____ Records supplied

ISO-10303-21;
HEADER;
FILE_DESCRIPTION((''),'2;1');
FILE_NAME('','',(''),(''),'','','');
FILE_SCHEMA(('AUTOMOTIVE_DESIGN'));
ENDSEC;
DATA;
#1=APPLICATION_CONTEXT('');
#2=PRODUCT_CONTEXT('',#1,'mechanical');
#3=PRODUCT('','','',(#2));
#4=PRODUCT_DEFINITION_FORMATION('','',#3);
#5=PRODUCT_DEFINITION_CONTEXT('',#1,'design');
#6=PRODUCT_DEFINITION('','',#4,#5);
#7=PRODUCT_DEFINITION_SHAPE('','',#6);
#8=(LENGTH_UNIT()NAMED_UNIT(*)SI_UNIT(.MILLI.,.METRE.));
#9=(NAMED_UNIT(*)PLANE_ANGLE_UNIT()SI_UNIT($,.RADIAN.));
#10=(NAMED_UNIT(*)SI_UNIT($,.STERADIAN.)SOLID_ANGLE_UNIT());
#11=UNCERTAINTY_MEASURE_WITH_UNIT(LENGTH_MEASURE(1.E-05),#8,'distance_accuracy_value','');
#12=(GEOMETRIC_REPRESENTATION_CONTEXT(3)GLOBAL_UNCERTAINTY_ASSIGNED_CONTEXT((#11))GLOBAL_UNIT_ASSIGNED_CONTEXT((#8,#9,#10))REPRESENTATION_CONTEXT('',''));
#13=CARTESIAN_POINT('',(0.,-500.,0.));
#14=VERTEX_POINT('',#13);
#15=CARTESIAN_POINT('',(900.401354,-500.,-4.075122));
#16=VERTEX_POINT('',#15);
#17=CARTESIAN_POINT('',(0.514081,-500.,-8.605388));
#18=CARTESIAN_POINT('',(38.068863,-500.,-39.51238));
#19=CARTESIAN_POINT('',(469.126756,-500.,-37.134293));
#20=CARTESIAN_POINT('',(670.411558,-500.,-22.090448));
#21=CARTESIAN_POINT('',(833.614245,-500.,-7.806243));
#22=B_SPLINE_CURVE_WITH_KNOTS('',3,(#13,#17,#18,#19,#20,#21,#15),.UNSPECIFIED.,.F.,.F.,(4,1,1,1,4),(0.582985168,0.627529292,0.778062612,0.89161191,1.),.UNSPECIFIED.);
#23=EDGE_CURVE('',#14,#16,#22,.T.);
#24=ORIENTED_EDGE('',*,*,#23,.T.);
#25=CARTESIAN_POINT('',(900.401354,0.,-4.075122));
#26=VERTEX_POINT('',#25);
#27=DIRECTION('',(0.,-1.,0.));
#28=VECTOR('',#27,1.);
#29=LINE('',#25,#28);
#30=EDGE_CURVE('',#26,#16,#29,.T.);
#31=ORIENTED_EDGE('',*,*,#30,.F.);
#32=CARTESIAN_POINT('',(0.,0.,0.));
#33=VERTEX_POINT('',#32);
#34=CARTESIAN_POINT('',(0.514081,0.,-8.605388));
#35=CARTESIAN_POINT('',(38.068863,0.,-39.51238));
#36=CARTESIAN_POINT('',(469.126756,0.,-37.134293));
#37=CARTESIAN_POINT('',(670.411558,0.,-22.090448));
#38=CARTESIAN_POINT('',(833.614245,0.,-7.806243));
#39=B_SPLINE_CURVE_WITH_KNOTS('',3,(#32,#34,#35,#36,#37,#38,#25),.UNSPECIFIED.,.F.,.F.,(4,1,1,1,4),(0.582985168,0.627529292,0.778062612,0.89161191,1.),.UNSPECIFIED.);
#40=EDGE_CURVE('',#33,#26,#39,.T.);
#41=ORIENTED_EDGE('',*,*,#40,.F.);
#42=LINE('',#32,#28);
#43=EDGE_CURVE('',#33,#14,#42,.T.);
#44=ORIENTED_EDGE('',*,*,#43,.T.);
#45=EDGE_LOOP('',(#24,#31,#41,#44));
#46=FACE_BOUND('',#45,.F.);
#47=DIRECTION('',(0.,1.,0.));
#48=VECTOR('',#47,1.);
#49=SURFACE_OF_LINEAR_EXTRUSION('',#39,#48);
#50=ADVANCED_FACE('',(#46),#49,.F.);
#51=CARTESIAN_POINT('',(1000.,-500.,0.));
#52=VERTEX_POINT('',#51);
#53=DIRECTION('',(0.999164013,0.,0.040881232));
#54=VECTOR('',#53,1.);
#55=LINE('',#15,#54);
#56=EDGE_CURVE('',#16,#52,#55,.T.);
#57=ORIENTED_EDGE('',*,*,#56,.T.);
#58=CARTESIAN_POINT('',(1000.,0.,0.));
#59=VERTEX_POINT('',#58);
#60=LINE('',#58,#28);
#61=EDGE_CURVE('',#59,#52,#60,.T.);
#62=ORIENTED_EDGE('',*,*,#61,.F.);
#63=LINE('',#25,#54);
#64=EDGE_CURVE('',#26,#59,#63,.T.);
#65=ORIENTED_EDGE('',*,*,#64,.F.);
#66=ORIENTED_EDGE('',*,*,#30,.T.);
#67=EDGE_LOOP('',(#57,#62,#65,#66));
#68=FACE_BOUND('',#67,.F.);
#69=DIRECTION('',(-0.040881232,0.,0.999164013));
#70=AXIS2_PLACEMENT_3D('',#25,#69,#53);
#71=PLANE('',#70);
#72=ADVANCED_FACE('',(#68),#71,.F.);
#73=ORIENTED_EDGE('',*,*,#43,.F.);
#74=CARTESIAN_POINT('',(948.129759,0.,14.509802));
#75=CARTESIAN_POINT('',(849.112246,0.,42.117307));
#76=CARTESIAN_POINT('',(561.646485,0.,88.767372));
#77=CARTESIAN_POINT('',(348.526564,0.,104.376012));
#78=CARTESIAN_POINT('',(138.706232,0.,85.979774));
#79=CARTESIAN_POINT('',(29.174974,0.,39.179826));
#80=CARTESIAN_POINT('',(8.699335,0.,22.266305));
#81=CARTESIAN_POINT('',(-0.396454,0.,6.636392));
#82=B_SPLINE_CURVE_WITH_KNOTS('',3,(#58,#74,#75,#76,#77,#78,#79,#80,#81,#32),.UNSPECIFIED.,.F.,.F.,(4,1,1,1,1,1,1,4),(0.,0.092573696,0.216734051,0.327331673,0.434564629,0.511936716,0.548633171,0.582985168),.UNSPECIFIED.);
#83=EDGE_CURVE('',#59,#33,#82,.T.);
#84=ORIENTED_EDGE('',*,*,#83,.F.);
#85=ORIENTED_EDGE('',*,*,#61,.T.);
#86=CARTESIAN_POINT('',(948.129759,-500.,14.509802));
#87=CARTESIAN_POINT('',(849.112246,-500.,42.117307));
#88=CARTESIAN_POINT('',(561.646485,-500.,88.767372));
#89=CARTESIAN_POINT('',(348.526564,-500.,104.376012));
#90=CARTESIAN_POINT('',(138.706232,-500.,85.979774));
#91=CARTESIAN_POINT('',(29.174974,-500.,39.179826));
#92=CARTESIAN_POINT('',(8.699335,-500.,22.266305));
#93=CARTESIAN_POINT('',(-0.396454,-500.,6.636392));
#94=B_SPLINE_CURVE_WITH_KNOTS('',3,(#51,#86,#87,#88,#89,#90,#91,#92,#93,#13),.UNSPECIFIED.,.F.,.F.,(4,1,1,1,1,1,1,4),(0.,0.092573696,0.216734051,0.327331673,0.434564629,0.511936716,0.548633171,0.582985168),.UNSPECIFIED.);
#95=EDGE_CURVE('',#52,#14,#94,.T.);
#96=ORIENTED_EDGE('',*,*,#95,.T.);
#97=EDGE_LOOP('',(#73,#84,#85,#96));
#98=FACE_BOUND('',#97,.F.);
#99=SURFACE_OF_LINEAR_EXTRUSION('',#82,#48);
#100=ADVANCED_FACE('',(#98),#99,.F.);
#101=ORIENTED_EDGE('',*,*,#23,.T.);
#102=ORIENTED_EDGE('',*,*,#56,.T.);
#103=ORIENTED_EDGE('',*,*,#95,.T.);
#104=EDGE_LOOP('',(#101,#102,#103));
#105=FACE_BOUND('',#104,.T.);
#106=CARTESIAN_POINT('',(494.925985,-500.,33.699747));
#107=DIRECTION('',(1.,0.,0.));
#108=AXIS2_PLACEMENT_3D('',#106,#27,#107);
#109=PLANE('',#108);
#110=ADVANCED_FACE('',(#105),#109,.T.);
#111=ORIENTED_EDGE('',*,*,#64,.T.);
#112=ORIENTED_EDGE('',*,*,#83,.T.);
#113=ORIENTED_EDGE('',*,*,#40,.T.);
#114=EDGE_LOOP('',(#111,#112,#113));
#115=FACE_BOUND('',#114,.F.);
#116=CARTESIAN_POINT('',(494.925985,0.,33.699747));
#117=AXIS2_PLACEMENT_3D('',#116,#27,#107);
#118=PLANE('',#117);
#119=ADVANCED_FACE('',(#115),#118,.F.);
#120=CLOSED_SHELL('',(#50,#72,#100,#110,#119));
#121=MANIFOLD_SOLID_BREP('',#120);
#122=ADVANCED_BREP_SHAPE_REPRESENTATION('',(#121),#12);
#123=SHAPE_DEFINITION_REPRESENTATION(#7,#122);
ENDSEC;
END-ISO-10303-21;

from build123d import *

# Parameters (mm, degrees)
F1_DEPTH = 500


with BuildPart() as f1:
    # F0 (on Front) → F1 (new body)
    with BuildSketch(Plane.XZ):
        with BuildLine():
            add(Edge.make_bspline(
                [(1000, 0), (948.1297593634, 14.5098018368), (849.1122457512, 42.1173074991), (561.6464850028, 88.7673719424), (348.5265637049, 104.3760119792), (138.7062323168, 85.9797741697), (29.174973605, 39.1798256004), (8.6993349224, 22.2663052118), (-0.3964540465, 6.6363919258), (0, 0)],
                knots=[0, 0, 0, 0, 0.0925736964, 0.2167340509, 0.3273316735, 0.4345646292, 0.5119367164, 0.5486331711, 0.5829851681, 0.5829851681, 0.5829851681, 0.5829851681], degree=3))
            Line((0, 0), (1000, 0))
        make_face()
        with BuildLine():
            Line((1000, 0), (0, 0))
            add(Edge.make_bspline(
                [(0, 0), (0.5140806813, -8.6053879697), (38.0688634842, -39.5123796962), (469.1267560358, -37.1342934472), (670.4115578606, -22.0904478155), (833.6142452738, -7.8062431402), (900.4013538361, -4.0751220658)],
                knots=[0.5829851681, 0.5829851681, 0.5829851681, 0.5829851681, 0.6275292917, 0.7780626123, 0.8916119102, 1, 1, 1, 1], degree=3))
            Line((900.4013538361, -4.0751220658), (1000, 0))
        make_face()
    extrude(amount=F1_DEPTH)


solid = f1.part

________

_Work to be completed_
Copy out the listing above, line by line and exactly, from its first line to the line holding "#5=PRODUCT_DEFINITION_CONTEXT('',#1,'design');", inclusive.

_Answer to the exercise_
ISO-10303-21;
HEADER;
FILE_DESCRIPTION((''),'2;1');
FILE_NAME('','',(''),(''),'','','');
FILE_SCHEMA(('AUTOMOTIVE_DESIGN'));
ENDSEC;
DATA;
#1=APPLICATION_CONTEXT('');
#2=PRODUCT_CONTEXT('',#1,'mechanical');
#3=PRODUCT('','','',(#2));
#4=PRODUCT_DEFINITION_FORMATION('','',#3);
#5=PRODUCT_DEFINITION_CONTEXT('',#1,'design');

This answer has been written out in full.